I still cannot believe Warners has not opted to redo all the B5 effects in HD and remaster the show completely for a HD release. I’d but that sucker in a heartbeat.

But anyway, I’m rambling. Lost in Space was great fun. Well worth a  watch if you are after something light and easy, and I’m really looking forward to a second season and seeing where it goes from here. Sure, maybe it could have been better had it been more of a n edgier, intense show but it  deliberately wasn’t intended to be that kind of show. Its a great family show and while not perfect, its much better than it possibly has a right to be considering the premise. Quite a refreshing watch, really.

And the robot is great.

Lost in Space (2018)

lost1I’m mid-way through the latest Netflix show, Lost in Space. I’m rather enjoying it. Sure it’s a daft, leave-your-brain-in-neutral kind of show, but there’s no harm in that considering the greater demands of shows like Altered Carbon, Twin Peaks or Westworld.  Indeed, it’s a bit refreshing to watch a show that is light and fluffy compared to other shows more concerned with angst and violence. Different shows for different folks I guess, and this is clearly a family-oriented show aimed at different demographics.
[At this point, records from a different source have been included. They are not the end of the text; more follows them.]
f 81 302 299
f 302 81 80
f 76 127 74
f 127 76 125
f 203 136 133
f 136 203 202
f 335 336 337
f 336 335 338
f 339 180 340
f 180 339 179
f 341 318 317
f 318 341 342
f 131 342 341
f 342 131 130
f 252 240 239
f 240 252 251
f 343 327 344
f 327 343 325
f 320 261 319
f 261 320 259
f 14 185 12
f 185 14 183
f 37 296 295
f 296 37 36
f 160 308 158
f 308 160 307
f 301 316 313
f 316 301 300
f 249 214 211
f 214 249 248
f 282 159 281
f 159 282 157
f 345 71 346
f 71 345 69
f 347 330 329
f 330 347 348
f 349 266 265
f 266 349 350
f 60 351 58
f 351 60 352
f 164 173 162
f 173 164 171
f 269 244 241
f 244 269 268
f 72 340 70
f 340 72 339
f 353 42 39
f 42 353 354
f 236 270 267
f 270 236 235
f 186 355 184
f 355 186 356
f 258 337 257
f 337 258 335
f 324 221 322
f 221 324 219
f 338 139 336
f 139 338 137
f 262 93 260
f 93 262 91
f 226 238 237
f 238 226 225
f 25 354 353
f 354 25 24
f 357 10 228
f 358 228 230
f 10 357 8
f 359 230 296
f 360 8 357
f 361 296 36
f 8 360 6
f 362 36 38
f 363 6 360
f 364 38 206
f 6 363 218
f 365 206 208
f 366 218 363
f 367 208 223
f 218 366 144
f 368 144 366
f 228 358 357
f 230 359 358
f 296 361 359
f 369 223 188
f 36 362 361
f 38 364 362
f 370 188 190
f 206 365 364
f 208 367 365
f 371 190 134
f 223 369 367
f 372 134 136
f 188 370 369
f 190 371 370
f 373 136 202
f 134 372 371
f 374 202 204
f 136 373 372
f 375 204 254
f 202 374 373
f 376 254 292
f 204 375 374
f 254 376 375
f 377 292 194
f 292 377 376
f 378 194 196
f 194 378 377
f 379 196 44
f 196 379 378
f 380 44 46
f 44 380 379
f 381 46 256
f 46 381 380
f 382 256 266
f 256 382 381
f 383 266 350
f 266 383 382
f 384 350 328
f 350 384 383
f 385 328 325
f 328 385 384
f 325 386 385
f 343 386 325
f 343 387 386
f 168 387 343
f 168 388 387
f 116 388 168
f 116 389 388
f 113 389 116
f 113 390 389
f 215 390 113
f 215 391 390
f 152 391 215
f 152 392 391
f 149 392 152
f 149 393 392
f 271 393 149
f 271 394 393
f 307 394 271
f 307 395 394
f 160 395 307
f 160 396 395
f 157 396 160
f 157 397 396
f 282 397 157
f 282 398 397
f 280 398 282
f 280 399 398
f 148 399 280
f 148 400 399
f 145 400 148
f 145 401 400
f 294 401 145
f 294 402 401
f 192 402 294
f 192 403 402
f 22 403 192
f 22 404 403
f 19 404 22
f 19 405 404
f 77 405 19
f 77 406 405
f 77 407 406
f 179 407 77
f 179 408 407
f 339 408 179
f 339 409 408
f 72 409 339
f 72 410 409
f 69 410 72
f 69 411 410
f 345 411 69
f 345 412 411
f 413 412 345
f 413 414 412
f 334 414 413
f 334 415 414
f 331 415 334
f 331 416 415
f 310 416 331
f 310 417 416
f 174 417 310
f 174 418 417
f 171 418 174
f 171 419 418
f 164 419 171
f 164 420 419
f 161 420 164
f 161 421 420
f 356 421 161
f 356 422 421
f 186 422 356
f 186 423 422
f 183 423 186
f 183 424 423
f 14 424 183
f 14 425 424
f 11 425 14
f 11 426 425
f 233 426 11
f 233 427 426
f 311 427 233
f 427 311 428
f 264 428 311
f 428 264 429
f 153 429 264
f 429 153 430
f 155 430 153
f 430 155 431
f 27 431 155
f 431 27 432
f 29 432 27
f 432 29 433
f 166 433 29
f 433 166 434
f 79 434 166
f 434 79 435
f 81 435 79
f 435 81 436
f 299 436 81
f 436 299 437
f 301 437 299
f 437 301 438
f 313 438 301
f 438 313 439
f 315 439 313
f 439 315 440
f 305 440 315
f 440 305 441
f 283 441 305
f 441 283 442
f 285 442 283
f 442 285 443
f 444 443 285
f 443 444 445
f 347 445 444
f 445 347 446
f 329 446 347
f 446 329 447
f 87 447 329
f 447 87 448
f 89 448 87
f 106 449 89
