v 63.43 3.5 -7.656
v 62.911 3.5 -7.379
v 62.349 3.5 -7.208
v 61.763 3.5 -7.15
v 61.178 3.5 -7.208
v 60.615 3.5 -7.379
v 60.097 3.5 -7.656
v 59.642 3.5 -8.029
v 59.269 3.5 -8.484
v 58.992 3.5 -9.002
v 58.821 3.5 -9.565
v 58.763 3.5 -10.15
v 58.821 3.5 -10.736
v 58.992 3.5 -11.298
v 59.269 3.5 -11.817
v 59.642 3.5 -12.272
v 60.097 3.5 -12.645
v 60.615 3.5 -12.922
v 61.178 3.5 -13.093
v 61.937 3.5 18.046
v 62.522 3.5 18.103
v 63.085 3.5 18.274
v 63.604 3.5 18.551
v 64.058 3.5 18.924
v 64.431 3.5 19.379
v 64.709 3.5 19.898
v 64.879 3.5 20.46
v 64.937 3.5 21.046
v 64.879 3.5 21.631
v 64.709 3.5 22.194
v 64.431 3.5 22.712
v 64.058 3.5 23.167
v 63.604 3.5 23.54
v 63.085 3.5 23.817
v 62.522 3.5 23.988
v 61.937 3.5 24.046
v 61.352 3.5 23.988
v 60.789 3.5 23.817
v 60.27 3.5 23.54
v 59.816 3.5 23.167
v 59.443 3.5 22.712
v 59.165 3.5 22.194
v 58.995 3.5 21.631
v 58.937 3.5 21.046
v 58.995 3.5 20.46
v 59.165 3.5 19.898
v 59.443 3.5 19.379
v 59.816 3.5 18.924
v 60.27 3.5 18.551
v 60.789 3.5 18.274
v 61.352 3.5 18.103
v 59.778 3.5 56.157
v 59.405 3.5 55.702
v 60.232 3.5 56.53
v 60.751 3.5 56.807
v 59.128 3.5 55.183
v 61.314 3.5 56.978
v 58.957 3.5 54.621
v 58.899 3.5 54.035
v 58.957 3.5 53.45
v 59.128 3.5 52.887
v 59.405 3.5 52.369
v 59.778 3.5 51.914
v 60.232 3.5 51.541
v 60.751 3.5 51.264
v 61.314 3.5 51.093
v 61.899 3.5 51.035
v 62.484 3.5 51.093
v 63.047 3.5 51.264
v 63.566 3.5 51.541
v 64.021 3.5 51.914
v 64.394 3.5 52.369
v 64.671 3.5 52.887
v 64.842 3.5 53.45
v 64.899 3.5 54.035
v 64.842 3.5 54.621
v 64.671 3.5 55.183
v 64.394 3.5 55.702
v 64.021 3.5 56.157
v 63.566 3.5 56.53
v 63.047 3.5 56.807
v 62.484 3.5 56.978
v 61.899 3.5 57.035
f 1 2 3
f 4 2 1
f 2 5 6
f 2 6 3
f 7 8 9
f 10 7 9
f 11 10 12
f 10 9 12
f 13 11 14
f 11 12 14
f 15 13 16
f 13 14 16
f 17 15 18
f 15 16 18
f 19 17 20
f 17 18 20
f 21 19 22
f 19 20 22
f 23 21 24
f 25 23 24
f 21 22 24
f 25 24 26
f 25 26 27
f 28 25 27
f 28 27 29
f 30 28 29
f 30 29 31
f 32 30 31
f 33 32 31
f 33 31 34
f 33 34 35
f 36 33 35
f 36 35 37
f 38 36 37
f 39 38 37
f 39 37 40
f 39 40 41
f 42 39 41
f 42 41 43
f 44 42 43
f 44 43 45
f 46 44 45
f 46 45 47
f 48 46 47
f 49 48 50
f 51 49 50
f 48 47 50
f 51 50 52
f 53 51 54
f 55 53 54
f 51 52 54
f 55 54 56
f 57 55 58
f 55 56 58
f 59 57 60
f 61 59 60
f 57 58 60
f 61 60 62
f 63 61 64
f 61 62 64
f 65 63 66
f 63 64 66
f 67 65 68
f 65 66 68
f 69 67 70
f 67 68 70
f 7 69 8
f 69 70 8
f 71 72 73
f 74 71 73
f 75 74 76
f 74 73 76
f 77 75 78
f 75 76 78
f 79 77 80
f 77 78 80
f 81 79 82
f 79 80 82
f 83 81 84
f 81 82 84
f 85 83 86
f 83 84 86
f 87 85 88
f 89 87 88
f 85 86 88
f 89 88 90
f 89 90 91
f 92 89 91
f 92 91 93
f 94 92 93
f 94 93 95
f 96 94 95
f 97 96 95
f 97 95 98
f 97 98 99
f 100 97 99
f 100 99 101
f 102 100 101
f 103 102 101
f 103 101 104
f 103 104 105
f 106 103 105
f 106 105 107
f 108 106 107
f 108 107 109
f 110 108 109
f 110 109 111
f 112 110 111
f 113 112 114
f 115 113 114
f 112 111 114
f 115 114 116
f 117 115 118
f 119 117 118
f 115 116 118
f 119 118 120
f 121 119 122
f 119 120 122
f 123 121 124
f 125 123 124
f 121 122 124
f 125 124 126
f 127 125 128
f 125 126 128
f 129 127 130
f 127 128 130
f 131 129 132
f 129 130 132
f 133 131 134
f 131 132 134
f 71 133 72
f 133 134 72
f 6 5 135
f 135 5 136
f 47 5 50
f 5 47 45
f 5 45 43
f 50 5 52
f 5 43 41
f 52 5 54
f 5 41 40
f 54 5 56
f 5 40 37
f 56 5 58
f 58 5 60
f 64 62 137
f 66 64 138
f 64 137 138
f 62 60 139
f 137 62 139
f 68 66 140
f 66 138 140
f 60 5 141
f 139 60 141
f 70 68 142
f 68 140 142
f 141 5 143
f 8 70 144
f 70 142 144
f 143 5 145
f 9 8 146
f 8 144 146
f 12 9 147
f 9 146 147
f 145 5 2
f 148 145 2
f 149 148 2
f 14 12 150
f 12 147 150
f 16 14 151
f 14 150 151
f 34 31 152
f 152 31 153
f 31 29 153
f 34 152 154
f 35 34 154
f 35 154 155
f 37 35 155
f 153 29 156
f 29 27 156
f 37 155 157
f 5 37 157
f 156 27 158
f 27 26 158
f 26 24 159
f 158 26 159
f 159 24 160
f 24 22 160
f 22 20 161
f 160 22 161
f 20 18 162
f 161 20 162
Must confess, when I recently heard about Netflix doing a reboot of Lost in Space, I thought it a strange one. Although I have a soft spot for the often-maligned movie of 1998 (does anyone else remember that great R1 DVD? Those were the days) the original tv series was a camp monstrosity of the 1960s, that clearly wouldn’t work the same now. Thankfully while the central premise remains the same (Space Family Robinson lost on space) its been reworked and modernised with some thought to the background. Now we have flashbacks to a Earth blighted by environmental collapse forcing colonial expeditions to Alpha Centauri and a family slightly this side of dysfunctional, requiring mom in charge more than Dad.

While some things work better than others (the kids are rather annoying, frankly, but Parker Posey makes a great female twist on Dr Smith) one thing that cannot be denied is the amazing production credentials of the show. As is becoming typical of Netflix, no expense has been spared here, with a great cast, brilliant convincing sets and high-quality effects work giving the whole thing a big-budget look more akin to a Hollywood blockbuster movie. Its probably a bit of a shame the stories don’t really show the same level of high-concept thinking but hey, its a light family show that’s easy to watch and functions well for what it is. I don’t know where the remaining five episodes will go over this first season’s ten-episode run (I’m not expecting too many shocks or surprises, frankly) but on the evidence of what I’ve seen this is something of a surprising success.